Viewed together, Waqa’s call for more private capital maps onto the World Bank’s emphasis on blended finance and regional financing mechanisms. Discussions around a Pacific Resilience Facility, envisaged as a regional institution to fund climate adaptation and disaster preparedness, have highlighted aims to raise hundreds of millions of dollars in the near term and to blend public and private resources for larger, durable gains. Proponents argue that such a facility, along with new approaches to risk and return, could unlock investment that not only earns profits but also delivers social and environmental benefits for Pacific SIDS.
What this means on the ground:
– There is a clear appetite for smarter, faster financing that pairs public policy with private capital to close the infrastructure gap and strengthen resilience.
– Regional piloting of blended finance and resilience-focused funds could unlock financing for roads, ports, energy grids, and digital connectivity that underpin growth and disaster readiness.
– The private sector’s engagement, when aligned with robust governance and transparent regulations, can accelerate project delivery and create jobs while advancing sustainable development.
Additional context and implications:
– The region’s growth outlook remains challenging but not hopeless.
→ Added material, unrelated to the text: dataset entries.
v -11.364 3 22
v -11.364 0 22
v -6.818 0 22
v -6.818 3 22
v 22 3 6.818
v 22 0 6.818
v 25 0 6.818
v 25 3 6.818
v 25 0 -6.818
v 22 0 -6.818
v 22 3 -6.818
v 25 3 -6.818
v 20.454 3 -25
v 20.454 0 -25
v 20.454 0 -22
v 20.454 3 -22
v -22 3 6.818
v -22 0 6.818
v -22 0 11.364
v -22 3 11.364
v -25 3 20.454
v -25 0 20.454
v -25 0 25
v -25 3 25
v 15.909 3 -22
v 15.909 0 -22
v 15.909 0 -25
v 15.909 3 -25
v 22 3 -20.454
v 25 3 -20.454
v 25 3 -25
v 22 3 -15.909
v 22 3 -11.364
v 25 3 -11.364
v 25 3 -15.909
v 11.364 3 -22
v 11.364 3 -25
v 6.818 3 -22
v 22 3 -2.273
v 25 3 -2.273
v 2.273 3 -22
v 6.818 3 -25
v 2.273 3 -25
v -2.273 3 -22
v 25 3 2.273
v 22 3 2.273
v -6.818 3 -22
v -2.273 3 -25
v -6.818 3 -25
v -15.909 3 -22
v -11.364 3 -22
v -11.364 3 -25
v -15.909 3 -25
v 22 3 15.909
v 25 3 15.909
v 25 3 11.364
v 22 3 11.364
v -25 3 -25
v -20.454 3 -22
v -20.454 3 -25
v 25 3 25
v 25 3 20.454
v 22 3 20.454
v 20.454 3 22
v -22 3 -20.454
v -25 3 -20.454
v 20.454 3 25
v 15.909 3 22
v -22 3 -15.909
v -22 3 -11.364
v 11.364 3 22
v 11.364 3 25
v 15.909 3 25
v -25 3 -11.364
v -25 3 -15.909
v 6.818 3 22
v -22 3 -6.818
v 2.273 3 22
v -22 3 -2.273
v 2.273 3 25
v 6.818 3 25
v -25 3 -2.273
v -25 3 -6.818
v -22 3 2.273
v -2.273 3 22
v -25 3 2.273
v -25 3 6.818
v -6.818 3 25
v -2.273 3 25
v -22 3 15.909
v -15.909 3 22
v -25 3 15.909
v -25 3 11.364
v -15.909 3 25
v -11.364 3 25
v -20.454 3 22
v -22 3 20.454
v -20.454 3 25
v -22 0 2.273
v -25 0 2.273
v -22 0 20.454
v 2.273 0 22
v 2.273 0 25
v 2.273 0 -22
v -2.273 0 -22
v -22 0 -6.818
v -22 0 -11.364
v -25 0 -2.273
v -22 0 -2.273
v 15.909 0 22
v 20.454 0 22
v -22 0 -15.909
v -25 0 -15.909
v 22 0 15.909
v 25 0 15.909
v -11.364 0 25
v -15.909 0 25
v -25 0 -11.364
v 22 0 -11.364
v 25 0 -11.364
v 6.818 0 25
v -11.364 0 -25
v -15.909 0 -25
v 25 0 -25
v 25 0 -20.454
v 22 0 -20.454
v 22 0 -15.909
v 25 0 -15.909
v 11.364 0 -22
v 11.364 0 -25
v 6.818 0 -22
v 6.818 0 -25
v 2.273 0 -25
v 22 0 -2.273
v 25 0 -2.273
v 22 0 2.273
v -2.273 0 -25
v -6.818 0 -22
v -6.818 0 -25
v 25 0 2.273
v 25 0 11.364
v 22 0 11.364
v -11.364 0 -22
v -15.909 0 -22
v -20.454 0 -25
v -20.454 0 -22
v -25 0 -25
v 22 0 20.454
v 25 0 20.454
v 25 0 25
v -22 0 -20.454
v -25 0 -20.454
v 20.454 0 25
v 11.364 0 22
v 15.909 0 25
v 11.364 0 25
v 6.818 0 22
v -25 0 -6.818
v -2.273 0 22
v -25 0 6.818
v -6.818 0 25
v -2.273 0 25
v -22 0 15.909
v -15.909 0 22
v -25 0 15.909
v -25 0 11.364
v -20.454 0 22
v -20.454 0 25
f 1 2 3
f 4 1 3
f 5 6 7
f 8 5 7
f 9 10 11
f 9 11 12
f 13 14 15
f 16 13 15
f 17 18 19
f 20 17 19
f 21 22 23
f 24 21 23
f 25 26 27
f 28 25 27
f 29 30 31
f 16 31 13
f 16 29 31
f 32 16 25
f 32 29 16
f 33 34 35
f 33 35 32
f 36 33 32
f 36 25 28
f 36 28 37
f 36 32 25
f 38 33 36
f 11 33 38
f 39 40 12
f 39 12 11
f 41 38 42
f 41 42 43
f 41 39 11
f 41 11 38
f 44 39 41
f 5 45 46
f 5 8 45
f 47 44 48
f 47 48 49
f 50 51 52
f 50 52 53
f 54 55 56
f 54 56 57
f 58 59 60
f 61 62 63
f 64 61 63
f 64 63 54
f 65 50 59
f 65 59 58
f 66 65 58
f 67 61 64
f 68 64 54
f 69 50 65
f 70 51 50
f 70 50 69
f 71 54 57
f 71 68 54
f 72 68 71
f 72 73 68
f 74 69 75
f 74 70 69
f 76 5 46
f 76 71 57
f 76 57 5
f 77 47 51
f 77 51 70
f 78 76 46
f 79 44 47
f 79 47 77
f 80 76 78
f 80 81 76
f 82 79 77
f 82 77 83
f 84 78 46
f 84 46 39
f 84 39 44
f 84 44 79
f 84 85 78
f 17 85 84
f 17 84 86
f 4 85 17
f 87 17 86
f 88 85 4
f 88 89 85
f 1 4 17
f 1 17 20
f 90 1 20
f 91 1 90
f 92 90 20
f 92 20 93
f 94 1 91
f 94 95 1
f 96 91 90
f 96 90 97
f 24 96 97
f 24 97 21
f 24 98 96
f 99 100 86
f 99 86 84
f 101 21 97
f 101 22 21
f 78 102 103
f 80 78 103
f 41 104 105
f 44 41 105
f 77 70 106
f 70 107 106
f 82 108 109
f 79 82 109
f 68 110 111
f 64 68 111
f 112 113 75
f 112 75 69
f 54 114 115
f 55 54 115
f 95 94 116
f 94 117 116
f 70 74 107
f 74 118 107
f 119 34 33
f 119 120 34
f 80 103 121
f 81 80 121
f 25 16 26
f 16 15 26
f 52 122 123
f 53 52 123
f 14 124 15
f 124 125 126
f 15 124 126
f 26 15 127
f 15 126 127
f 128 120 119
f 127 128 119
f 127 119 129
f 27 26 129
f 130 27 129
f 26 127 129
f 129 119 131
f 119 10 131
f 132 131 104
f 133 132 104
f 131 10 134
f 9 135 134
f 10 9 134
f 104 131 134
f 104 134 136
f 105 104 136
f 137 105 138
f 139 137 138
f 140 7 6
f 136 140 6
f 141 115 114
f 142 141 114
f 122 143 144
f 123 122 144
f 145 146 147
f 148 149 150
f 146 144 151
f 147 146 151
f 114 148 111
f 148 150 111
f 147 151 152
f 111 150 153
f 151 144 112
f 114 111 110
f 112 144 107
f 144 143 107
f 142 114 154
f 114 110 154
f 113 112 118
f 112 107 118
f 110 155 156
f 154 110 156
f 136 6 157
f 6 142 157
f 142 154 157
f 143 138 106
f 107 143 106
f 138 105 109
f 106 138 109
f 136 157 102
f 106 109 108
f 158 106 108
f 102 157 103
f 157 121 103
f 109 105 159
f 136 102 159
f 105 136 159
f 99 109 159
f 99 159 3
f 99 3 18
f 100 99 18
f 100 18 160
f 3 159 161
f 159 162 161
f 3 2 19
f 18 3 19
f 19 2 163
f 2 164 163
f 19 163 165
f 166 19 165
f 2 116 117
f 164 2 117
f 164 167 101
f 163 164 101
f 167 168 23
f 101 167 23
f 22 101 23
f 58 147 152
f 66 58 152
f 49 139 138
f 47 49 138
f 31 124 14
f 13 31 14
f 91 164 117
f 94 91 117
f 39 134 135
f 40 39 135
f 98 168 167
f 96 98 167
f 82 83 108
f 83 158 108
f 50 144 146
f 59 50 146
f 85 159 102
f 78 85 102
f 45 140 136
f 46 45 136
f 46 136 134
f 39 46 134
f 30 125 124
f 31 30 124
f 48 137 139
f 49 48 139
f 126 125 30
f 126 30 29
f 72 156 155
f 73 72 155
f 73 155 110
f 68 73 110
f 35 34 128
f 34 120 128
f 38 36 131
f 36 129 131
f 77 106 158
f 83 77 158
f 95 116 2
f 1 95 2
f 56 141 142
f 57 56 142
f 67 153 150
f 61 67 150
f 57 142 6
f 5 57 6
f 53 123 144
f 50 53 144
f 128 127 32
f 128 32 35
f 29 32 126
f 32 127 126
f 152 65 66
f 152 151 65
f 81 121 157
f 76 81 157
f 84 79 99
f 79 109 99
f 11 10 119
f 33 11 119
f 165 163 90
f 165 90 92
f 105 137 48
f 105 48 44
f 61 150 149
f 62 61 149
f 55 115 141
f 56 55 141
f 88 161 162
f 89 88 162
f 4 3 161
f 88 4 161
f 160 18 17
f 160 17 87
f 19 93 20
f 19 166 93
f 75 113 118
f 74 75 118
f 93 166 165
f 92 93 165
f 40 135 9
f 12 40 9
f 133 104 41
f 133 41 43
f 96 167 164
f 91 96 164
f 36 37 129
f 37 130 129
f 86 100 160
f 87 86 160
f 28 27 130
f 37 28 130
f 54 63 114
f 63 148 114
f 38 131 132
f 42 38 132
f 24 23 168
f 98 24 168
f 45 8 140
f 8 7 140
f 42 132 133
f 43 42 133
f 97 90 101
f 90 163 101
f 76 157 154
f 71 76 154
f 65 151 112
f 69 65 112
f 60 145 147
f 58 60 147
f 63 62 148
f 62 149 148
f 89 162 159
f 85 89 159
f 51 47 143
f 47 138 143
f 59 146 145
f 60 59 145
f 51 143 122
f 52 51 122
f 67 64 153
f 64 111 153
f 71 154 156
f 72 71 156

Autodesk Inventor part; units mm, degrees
ref_plane "YZ Plane" through (0, 0, 0) normal (1, 0, 0) x (0, 1, 0)
ref_plane "XZ Plane" through (0, 0, 0) normal (0, 1, 0) x (-1, 0, 0)
ref_plane "XY Plane" through (0, 0, 0) normal (0, 0, 1) x (1, 0, 0)
sketch "Sketch1" plane through (0, 0, 0) normal (0, 1, 0) x (-1, 0, 0)
  line L0 (20.4545, 25) -> (20.4545, 22)
  line L1 (15.9091, 22) -> (15.9091, 25)
  line L2 (11.3636, 25) -> (11.3636, 22)
  line L3 (6.8182, 22) -> (6.8182, 25)
  line L4 (2.2727, 25) -> (2.2727, 22)
  line L5 (-2.2727, 22) -> (-2.2727, 25)
  line L6 (-6.8182, 25) -> (-6.8182, 22)
  line L7 (-11.3636, 22) -> (-11.3636, 25)
  line L8 (-15.9091, 25) -> (-15.9091, 22)
  line L9 (-20.4545, 22) -> (-20.4545, 25)
  line L10 (-25, 20.4545) -> (-22, 20.4545)
  line L11 (-22, 15.9091) -> (-25, 15.9091)
  line L12 (-25, 11.3636) -> (-22, 11.3636)
  line L13 (-22, 6.8182) -> (-25, 6.8182)
  line L14 (-25, 2.2727) -> (-22, 2.2727)
  line L15 (-22, -2.2727) -> (-25, -2.2727)
  line L16 (-22, -6.8182) -> (-25, -6.8182)
  line L17 (-25, -11.3636) -> (-22, -11.3636)
  line L18 (-22, -15.9091) -> (-25, -15.9091)
  line L19 (-25, -20.4545) -> (-22, -20.4545)
  line L20 (-20.4545, -25) -> (-20.4545, -22)
  line L21 (-15.9091, -22) -> (-15.9091, -25)
  line L22 (-11.3636, -25) -> (-11.3636, -22)
  line L23 (-6.8182, -22) -> (-6.8182, -25)
  line L24 (-2.2727, -22) -> (-2.2727, -25)
  line L25 (2.2727, -25) -> (2.2727, -22)
  line L26 (20.4545, -22) -> (20.4545, -25)
  line L27 (15.9091, -25) -> (15.9091, -22)
  line L28 (11.3636, -22) -> (11.3636, -25)
  line L29 (6.8182, -25) -> (6.8182, -22)
  line L30 (22, -20.4545) -> (25, -20.4545)
  line L31 (25, -15.9091) -> (22, -15.9091)
  line L32 (25, -11.3636) -> (22, -11.3636)
  line L33 (25, -2.2727) -> (22, -2.2727)
  line L34 (25, 2.2727) -> (22, 2.2727)
  line L35 (25, 20.4545) -> (22, 20.4545)
  line L36 (22, 15.9091) -> (25, 15.9091)
  line L37 (25, 11.3636) -> (22, 11.3636)
  line L38 (22, 6.8182) -> (25, 6.8182)
  line L39 (15.9091, -22) -> (20.4545, -22)
  line L40 (6.8182, -22) -> (11.3636, -22)
  line L41 (-2.2727, -22) -> (2.2727, -22)
  line L42 (22, -20.4545) -> (22, -15.9091)
  line L43 (22, -2.2727) -> (22, 2.2727)
  line L44 (22, 6.8182) -> (22, 11.3636)
  line L45 (22, 15.9091) -> (22, 20.4545)
  line L46 (20.4545, 22) -> (15.9091, 22)
  line L47 (11.3636, 22) -> (6.8182, 22)
  line L48 (2.2727, 22) -> (-2.2727, 22)
  line L49 (-6.8182, 22) -> (-11.3636, 22)
  line L50 (-15.9091, 22) -> (-20.4545, 22)
  line L51 (-22, 20.4545) -> (-22, 15.9091)
  line L52 (-22, 11.3636) -> (-22, 6.8182)
  line L53 (-22, 2.2727) -> (-22, -2.2727)
  line L54 (-25, 6.8182) -> (-25, 2.2727)
  line L55 (-25, 25) -> (-25, 20.4545)
  line L56 (-25, 15.9091) -> (-25, 11.3636)
  line L57 (-20.4545, -22) -> (-15.9091, -22)
  line L58 (-11.3636, -22) -> (-6.8182, -22)
  line L59 (-22, -6.8182) -> (-22, -11.3636)
  line L60 (-22, -15.9091) -> (-22, -20.4545)
  line L61 (-25, -2.2727) -> (-25, -6.8182)
  line L62 (-25, -11.3636) -> (-25, -15.9091)
  line L63 (-25, -20.4545) -> (-25, -25)
  line L64 (-25, -25) -> (-20.4545, -25)
  line L65 (-15.9091, -25) -> (-11.3636, -25)
  line L66 (-6.8182, -25) -> (-2.2727, -25)
  line L67 (2.2727, -25) -> (6.8182, -25)
  line L68 (11.3636, -25) -> (15.9091, -25)
  line L69 (20.4545, -25) -> (25, -25)
  line L70 (25, -25) -> (25, -20.4545)
  line L71 (25, 2.2727) -> (25, 6.8182)
  line L72 (25, 11.3636) -> (25, 15.9091)
  line L73 (25, 20.4545) -> (25, 25)
  line L74 (25, 25) -> (20.4545, 25)
  line L75 (15.9091, 25) -> (11.3636, 25)
  line L76 (6.8182, 25) -> (2.2727, 25)
  line L77 (-2.2727, 25) -> (-6.8182, 25)
  line L78 (-11.3636, 25) -> (-15.9091, 25)
  line L79 (-20.4545, 25) -> (-25, 25)
  line L80 (22, -11.3636) -> (22, -6.8182)
  line L81 (22, -6.8182) -> (25, -6.8182)
  line L82 (25, -15.9091) -> (25, -11.3636)
  line L83 (25, -6.8182) -> (25, -2.2727)
  point P0 (0, 0)
  dimension "d1" = 50
  dimension "d3" = 50
  dimension "d5" = 25
  dimension "d6" = 25
  dimension "d7" = 3
  dimension "d8" = 3
  dimension "d9" = 3
  dimension "d10" = 3
  dimension "d15" = 4.5454
extrude "Extrusion1" add sketch "Sketch1" along normal blind 3
equation "\"d1\" = wt"
equation "\"d3\" = lt"
equation "\"d5\" = 0.5 * lt"
equation "\"d6\" = 0.5 * wt"
equation "\"d7\" = tt"
equation "\"d8\" = tt"
equation "\"d9\" = tt"
equation "\"d10\" = tt"
equation "\"d13\" = tt"
equation "\"wt\" = 50"
equation "\"tt\" = 3"
equation "\"tol\" = 0"
equation "\"tiroir\" = 25.4"
equation "\"nHoles\" = 101.6"
equation "\"shelfH\" = 35"
equation "\"d0\" = 0.5 * wt"
equation "\"d2\" = 0.5 * lt"
equation "\"lt\" = 50"
equation "\"d4\" = tt"
properties part number "base"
If investment accelerates in high-potential sectors and critical infrastructure, growth could regain momentum alongside steps to reduce vulnerability to climate and natural disasters.
– Policymakers and investors should watch for regional mechanisms that de-risk projects and provide blended financing options, as these tools are increasingly seen as essential for unlocking large-scale, climate-resilient development.
Summary and outlook:
The Pacific faces an acute investment gap driven by climate risk and disaster costs, with multi-billion-dollar implications for GDP and livelihoods each year. Leaders call for a stronger private-finance role and smarter funding structures, including regional facilities that blend public and private capital. If the World Bank’s investment guidance and new resilience financing mechanisms come to fruition, the region could accelerate infrastructure development, enhance resilience, and narrow the economic gap with wealthier nations, all while creating local opportunities and long-term stability.
A few practical takeaways for readers and stakeholders:
– Expect announcements or pilots around blended finance and resilience funds that target climate-vulnerable infrastructure in the Pacific.
– Look for policy reforms that streamline investment processes, clarify regulatory environments, and reduce bottlenecks for private sector participation.
– Monitor ongoing disaster-risk financing discussions and possible partnerships with international finance institutions to support adaptive, climate-smart projects.
Note: This piece weaves together the recent comments by regional leader Bar on Waqa on the infrastructure funding gap with broader regional economic analyses showing the urgency of ramping up investment to sustain growth and resilience across the Pacific.